═════ Data for processing
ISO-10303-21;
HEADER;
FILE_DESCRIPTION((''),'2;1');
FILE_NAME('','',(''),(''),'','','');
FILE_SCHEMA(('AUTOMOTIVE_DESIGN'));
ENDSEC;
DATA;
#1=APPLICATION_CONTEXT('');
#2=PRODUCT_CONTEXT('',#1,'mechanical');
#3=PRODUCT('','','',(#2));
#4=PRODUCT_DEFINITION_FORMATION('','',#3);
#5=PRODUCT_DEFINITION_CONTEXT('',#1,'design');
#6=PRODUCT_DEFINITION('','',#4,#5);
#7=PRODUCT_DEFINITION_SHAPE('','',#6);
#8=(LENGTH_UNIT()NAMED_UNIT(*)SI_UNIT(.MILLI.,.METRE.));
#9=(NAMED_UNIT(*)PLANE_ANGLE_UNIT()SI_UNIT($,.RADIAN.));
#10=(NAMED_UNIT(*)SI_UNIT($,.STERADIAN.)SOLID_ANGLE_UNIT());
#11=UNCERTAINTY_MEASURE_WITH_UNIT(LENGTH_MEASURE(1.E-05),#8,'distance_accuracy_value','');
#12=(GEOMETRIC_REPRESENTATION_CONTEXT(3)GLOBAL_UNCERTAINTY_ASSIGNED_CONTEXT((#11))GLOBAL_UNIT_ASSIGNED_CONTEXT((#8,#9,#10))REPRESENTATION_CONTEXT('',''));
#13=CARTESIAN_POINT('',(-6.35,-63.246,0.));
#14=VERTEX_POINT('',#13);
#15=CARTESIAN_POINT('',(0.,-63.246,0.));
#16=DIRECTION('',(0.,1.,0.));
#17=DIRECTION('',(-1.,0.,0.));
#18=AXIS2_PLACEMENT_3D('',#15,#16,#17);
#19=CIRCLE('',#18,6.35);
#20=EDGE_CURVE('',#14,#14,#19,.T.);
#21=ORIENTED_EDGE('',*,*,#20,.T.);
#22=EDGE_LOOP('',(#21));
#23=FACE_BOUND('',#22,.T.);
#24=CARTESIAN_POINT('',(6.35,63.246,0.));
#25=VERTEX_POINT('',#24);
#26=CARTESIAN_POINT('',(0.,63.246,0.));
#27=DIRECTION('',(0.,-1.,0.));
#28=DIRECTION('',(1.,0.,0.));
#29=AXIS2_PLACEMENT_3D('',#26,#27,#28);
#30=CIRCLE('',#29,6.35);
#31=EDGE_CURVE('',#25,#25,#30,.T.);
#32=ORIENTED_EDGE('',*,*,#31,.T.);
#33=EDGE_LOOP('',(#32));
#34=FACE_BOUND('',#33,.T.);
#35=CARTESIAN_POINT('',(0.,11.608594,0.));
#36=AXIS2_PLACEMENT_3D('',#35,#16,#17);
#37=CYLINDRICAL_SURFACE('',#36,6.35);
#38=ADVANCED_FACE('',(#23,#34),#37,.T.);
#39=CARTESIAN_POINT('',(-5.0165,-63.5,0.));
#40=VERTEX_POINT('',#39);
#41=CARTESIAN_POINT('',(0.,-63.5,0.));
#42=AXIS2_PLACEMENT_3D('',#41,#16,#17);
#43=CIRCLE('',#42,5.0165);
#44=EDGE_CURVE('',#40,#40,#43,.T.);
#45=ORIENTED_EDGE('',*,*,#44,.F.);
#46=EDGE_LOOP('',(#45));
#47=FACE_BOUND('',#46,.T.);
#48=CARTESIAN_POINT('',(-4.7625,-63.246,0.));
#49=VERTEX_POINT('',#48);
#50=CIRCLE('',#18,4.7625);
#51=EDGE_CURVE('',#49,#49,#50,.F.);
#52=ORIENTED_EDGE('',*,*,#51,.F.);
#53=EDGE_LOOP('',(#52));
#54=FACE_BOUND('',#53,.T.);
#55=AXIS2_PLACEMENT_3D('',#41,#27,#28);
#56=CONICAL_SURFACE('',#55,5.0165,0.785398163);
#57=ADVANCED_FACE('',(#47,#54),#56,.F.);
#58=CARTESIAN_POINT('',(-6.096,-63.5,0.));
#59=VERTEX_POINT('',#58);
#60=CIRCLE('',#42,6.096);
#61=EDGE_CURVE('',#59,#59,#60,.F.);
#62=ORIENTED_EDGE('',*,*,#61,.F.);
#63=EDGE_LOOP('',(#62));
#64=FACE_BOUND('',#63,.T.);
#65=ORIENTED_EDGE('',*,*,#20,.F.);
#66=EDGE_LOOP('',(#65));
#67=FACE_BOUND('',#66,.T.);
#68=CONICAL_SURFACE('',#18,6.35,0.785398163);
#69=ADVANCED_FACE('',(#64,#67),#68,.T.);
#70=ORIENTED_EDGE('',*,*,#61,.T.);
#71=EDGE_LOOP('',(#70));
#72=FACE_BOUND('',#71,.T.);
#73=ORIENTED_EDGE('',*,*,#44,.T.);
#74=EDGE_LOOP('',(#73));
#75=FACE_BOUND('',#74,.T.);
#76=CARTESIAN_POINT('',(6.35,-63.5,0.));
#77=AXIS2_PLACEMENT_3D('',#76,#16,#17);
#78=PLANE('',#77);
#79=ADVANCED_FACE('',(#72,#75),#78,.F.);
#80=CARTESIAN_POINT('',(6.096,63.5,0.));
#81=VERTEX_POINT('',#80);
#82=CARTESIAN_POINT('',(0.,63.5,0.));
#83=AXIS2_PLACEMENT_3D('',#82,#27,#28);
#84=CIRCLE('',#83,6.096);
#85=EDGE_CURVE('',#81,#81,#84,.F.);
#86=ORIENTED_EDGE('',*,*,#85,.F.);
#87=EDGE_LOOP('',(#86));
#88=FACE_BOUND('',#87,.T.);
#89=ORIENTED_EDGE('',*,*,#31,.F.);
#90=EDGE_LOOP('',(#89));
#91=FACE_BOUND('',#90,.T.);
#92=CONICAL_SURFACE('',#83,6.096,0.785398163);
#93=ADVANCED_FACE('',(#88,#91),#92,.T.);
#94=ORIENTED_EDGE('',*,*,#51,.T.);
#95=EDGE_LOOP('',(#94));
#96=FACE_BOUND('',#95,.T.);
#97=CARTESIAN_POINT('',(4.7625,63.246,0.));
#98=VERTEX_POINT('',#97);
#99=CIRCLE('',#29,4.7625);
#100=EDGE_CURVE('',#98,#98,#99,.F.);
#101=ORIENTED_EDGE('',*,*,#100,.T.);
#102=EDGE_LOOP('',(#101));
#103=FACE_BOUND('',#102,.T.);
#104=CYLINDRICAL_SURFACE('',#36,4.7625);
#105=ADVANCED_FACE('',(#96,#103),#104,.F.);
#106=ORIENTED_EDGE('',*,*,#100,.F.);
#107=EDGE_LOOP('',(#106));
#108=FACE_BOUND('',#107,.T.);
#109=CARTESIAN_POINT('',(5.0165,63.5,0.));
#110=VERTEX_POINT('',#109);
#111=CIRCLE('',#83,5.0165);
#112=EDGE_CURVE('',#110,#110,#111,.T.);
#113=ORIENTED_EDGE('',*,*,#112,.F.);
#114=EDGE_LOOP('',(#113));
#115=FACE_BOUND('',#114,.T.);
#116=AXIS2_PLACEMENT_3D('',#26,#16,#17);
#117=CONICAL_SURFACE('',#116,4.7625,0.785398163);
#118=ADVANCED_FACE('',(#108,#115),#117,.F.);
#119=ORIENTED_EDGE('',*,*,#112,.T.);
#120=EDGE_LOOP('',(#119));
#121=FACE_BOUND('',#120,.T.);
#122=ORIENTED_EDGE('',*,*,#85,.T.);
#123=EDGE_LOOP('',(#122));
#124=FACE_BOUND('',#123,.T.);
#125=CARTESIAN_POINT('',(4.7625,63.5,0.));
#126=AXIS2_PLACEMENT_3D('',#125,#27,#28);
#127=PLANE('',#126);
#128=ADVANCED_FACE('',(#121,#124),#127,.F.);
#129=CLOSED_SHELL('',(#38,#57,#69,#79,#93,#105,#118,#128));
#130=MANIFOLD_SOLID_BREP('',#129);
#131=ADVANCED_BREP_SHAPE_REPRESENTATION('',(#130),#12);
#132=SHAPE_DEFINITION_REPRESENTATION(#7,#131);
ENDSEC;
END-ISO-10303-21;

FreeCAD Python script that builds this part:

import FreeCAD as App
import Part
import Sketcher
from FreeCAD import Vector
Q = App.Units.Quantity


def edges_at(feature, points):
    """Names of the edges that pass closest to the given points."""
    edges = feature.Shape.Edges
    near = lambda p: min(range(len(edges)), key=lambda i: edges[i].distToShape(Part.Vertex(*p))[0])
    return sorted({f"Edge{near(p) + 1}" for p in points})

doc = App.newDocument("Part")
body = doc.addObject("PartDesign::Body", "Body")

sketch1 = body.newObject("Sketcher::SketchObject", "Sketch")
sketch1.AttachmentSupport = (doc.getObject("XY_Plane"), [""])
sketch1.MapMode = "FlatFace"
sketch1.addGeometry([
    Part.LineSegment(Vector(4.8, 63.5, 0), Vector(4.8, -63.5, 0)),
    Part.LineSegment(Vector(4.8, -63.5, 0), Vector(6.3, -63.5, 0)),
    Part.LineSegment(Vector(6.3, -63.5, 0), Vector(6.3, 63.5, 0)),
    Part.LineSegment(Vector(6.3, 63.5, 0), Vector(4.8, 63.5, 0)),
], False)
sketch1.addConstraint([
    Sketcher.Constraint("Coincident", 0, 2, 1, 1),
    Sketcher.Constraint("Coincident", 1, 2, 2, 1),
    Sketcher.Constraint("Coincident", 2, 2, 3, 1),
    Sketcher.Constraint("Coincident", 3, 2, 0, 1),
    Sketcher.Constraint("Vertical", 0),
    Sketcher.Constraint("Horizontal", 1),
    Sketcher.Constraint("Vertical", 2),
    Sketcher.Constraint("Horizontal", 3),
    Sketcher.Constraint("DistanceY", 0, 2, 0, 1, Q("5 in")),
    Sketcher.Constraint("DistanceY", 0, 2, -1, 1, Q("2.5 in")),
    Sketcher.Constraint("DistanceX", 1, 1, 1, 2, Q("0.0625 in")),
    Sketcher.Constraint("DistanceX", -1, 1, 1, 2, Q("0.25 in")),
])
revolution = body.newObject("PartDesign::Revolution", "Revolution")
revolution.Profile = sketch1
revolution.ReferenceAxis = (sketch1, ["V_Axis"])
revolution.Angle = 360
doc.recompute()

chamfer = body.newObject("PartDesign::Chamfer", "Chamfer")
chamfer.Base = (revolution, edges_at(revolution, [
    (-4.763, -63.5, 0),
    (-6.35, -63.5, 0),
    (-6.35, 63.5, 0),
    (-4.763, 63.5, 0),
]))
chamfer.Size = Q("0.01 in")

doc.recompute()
══════════
Exercise description
Taking the material above, extract exactly and only the lines from the line with "#127=PLANE('',#126);" to the line with "FreeCAD Python script", inclusive of both.

Task response
#127=PLANE('',#126);
#128=ADVANCED_FACE('',(#121,#124),#127,.F.);
#129=CLOSED_SHELL('',(#38,#57,#69,#79,#93,#105,#118,#128));
#130=MANIFOLD_SOLID_BREP('',#129);
#131=ADVANCED_BREP_SHAPE_REPRESENTATION('',(#130),#12);
#132=SHAPE_DEFINITION_REPRESENTATION(#7,#131);
ENDSEC;
END-ISO-10303-21;

FreeCAD Python script that builds this part:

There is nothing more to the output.